S.1172 is a major departure from the private patent extension bills that
Congress has considered in the past. The Bill does not extend any patent or
guarantee that any patent will be extended. Rather it creates a nonpolitical
process in which the PTO determines if it is fair and equitable to restore
patent term on any of these seven drugs. In providing this process, Congress
will reaffirm its commitment to strong intellectual property protection which
drives new drug research and development (R&D).
Schering-Plough's
Commitment to R&D
Schering-Plough has been successful because we know
our future will be determined by research and by how well we identify discovery
targets and conduct our development projects. We also understand that the
development of new drug therapies is an extremely capital-intensive endeavor.
Schering-Plough's R&D expenditures in 1998 exceeded $1 billion, which
was an increase of 19 percent over the prior year. R&D expenditures for 1999
will increase by more than 15 percent. Within our peer group of large
research-driven pharmaceutical companies, Schering-Plough ranks fourth in
termsof research expenditures as a percentage of total sales. Our R&D
expenditures have increased steadily and significantly in the 1990s, as shown in
Table 1.
Table 1. Schering-Plough Corporation's lnvestment in Pharmaceutical
Research and Development (NOTE: table not transmittable)
R&D is a
High-Cost and High-Risk Endeavor
Because of the cost and time it takes to
bring a new drug to the market, it is essential that we maintain, if not
increase, our high level of R&D investment. Schering-Plough continues to
invest steadily in new research and technologies. Through new technologies we
have increased the number of sample compounds tested from around 400,000
annually to an estimated 1.3 million this year.Even with the research advances
of today, only one in every 5,000 chemical compounds ever reaches the U.S.

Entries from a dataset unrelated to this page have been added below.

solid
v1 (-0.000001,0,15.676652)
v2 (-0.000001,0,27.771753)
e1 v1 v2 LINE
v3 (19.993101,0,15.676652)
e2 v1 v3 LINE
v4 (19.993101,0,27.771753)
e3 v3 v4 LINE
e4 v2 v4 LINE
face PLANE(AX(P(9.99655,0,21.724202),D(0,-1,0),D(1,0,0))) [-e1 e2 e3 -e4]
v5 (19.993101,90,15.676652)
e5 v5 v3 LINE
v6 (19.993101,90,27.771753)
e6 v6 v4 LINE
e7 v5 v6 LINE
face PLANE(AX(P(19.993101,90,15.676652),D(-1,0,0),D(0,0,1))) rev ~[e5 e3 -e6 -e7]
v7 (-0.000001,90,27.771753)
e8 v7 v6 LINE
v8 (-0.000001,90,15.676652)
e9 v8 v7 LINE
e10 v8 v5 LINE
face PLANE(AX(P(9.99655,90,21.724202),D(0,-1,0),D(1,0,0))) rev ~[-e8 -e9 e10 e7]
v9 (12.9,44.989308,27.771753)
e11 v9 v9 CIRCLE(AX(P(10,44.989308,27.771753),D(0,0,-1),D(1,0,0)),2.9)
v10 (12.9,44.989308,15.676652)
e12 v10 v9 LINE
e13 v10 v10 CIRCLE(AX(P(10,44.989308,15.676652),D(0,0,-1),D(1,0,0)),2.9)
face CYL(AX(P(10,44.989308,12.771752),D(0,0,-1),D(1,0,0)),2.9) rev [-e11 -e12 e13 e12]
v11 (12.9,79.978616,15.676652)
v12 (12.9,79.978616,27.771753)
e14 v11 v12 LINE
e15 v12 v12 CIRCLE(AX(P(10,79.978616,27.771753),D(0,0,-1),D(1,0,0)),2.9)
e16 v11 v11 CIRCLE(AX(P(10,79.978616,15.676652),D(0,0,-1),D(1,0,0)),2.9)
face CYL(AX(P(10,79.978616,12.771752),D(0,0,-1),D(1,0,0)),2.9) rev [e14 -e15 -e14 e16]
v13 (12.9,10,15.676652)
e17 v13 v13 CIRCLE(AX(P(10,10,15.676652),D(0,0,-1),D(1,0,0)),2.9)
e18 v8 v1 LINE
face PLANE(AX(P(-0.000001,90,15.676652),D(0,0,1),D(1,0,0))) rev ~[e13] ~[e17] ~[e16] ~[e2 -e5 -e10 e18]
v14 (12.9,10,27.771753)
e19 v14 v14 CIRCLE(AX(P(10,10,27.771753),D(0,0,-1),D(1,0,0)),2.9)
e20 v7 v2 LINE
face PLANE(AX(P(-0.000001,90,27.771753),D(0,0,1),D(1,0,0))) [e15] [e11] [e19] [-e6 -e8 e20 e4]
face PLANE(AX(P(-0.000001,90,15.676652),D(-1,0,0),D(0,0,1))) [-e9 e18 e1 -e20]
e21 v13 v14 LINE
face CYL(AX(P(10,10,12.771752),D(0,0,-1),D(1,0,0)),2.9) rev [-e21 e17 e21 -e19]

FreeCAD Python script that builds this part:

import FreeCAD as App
import Part
import Sketcher
from FreeCAD import Vector
Q = App.Units.Quantity

doc = App.newDocument("Part")
body = doc.addObject("PartDesign::Body", "Body")
body.AllowCompound = True

sketch1 = body.newObject("Sketcher::SketchObject", "Sketch")
sketch1.AttachmentSupport = (doc.getObject("XY_Plane"), [""])
sketch1.MapMode = "FlatFace"
sketch1.AttachmentOffset = App.Placement(Vector(0, 0, 20.871752), App.Rotation())
sketch1.addGeometry(Part.Circle(Vector(10, -80, 0), Vector(0, 0, 1), 2.9), False)
sketch1.addGeometry(Part.Circle(Vector(10, -45, 0), Vector(0, 0, 1), 2.9), False)
sketch1.addGeometry(Part.Circle(Vector(10, -10, 0), Vector(0, 0, 1), 2.9), False)
sketch1.addConstraint(Sketcher.Constraint("Equal", 0, 1))
sketch1.addConstraint(Sketcher.Constraint("Equal", 1, 2))
sketch1.addConstraint(Sketcher.Constraint("Vertical", 0, 3, 1, 3))
sketch1.addConstraint(Sketcher.Constraint("Vertical", 1, 3, 2, 3))
sketch1.addConstraint(Sketcher.Constraint("Diameter", 0, Q("5.8 mm")))
sketch1.addConstraint(Sketcher.Constraint("DistanceX", -1, 1, 0, 3, Q("10 mm")))
sketch1.addConstraint(Sketcher.Constraint("DistanceY", 0, 3, -1, 1, Q("80 mm")))
sketch1.addConstraint(Sketcher.Constraint("DistanceY", 1, 3, -1, 1, Q("45.010692 mm")))
sketch1.addConstraint(Sketcher.Constraint("DistanceY", 2, 3, -1, 1, Q("10.021384 mm")))
pad1 = body.newObject("PartDesign::Pad", "Pad")
pad1.Profile = sketch1
pad1.Length = 20
body2 = doc.addObject("PartDesign::Body", "Body001")
body2.AllowCompound = True
doc.recompute()

body.Placement = App.Placement(Vector(0, 0, -15), App.Rotation(Vector(0, 0, 1), 0))
boolean = body2.newObject("PartDesign::Boolean", "Boolean")
boolean.Type = "Fuse"
boolean.addObjects([body])
body3 = doc.addObject("PartDesign::Body", "Body002")

sketch2 = body3.newObject("Sketcher::SketchObject", "Sketch001")
sketch2.AttachmentSupport = (doc.getObject("XZ_Plane002"), [""])
sketch2.MapMode = "FlatFace"
sketch2.addGeometry(Part.LineSegment(Vector(0, 21, 0), Vector(0, 9, 0)), False)
sketch2.addGeometry(Part.LineSegment(Vector(0, 9, 0), Vector(20, 9, 0)), False)
sketch2.addGeometry(Part.LineSegment(Vector(20, 9, 0), Vector(20, 21, 0)), False)
sketch2.addGeometry(Part.LineSegment(Vector(20, 21, 0), Vector(0, 21, 0)), False)
sketch2.addConstraint(Sketcher.Constraint("Coincident", 0, 2, 1, 1))
sketch2.addConstraint(Sketcher.Constraint("Coincident", 1, 2, 2, 1))
sketch2.addConstraint(Sketcher.Constraint("Coincident", 2, 2, 3, 1))
sketch2.addConstraint(Sketcher.Constraint("Coincident", 3, 2, 0, 1))
sketch2.addConstraint(Sketcher.Constraint("Vertical", 0))
sketch2.addConstraint(Sketcher.Constraint("Horizontal", 1))
sketch2.addConstraint(Sketcher.Constraint("Vertical", 2))
sketch2.addConstraint(Sketcher.Constraint("Horizontal", 3))
sketch2.addConstraint(Sketcher.Constraint("PointOnObject", 0, 2, -2))
sketch2.addConstraint(Sketcher.Constraint("DistanceX", 1, 1, 1, 2, Q("19.993101 mm")))
sketch2.addConstraint(Sketcher.Constraint("DistanceY", 0, 2, 0, 1, Q("12.095101 mm")))
sketch2.addConstraint(Sketcher.Constraint("DistanceY", -1, 1, 0, 2, Q("8.776651 mm")))
pad2 = body3.newObject("PartDesign::Pad", "Pad001")
pad2.Profile = sketch2
pad2.Length = 90
doc.recompute()

boolean2 = body3.newObject("PartDesign::Boolean", "Boolean001")
boolean2.Type = "Cut"
boolean2.addObjects([body2])
body4 = doc.addObject("PartDesign::Body", "Body003")
doc.recompute()

body3.Placement = App.Placement(Vector(0, 90, 6.9), App.Rotation(Vector(0, 0, 1), 0))
boolean3 = body4.newObject("PartDesign::Boolean", "Boolean002")
boolean3.Type = "Fuse"
boolean3.addObjects([body3])

doc.recompute()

market. Bringing a drug to the market place takes 12 to 15 years and costs up to
$500 million.
R&D Funding is Dependent on Revenues From Currently
Marketed Products
The market introduction of our product Claritin in 1993,
and its ongoing success since then, has fueled Schering-Plough's R&D
efforts. Revenues generated in the current year from our marketed products are
utilized to fund ongoing and future research initiatives. Strong sales support
increases in R&D investment, which in turn delivers important new drug
products to consumers. Especially critical are the revenues from a small number
of very successful products.
Pharmaceuticals Critically Impact Public Health
Schering-Plough's researchers are pursuing novel therapies that address
important medical needs. Their efforts focus on cancer, infectious diseases
(like hepatitis C), cardiovascular disease, central nervous system diseases
(like Alzheimer's disease), and allergic and inflammatory disorders. Our
scientists are developing drugs that can directly target the causes of disease,
with the hope of offering significant improvements over existing treatments that
only address disease symptoms.But many of these promising drug candidates are
years away from marketing. A potential new drug must be evaluated for many years
- in laboratory testing, animal testing, and human clinical studies - in order
to develop the necessary data for a new drug application (NDA). The speed with
which we are able to pursue this innovative research is directly dependent on
earnings from marketed products, and those earnings are directly dependent on
strong and fair patent protection.
The Outlier Pipeline Drug Problem
Recognizing the importance of patent protection to pharmaceutical R&D,
Congress enacted the Drug Price Competition and Patent Term Restoration Act of
1984, also known as the Hatch-Waxman Act.2 Under that Act, the
holder of a patent for a new drug can apply to the Patent and Trademark Office
for restoration of part of the effective patent life lost due to regulatory
review. For most drugs, the Hatch- Waxman Act limits the
restoration period to five years. For drugs whose patent issued and whose
regulatory review straddled the enactment date of the legislation - so-called
"pipeline" drugs - the statute limits the restoration period to two years.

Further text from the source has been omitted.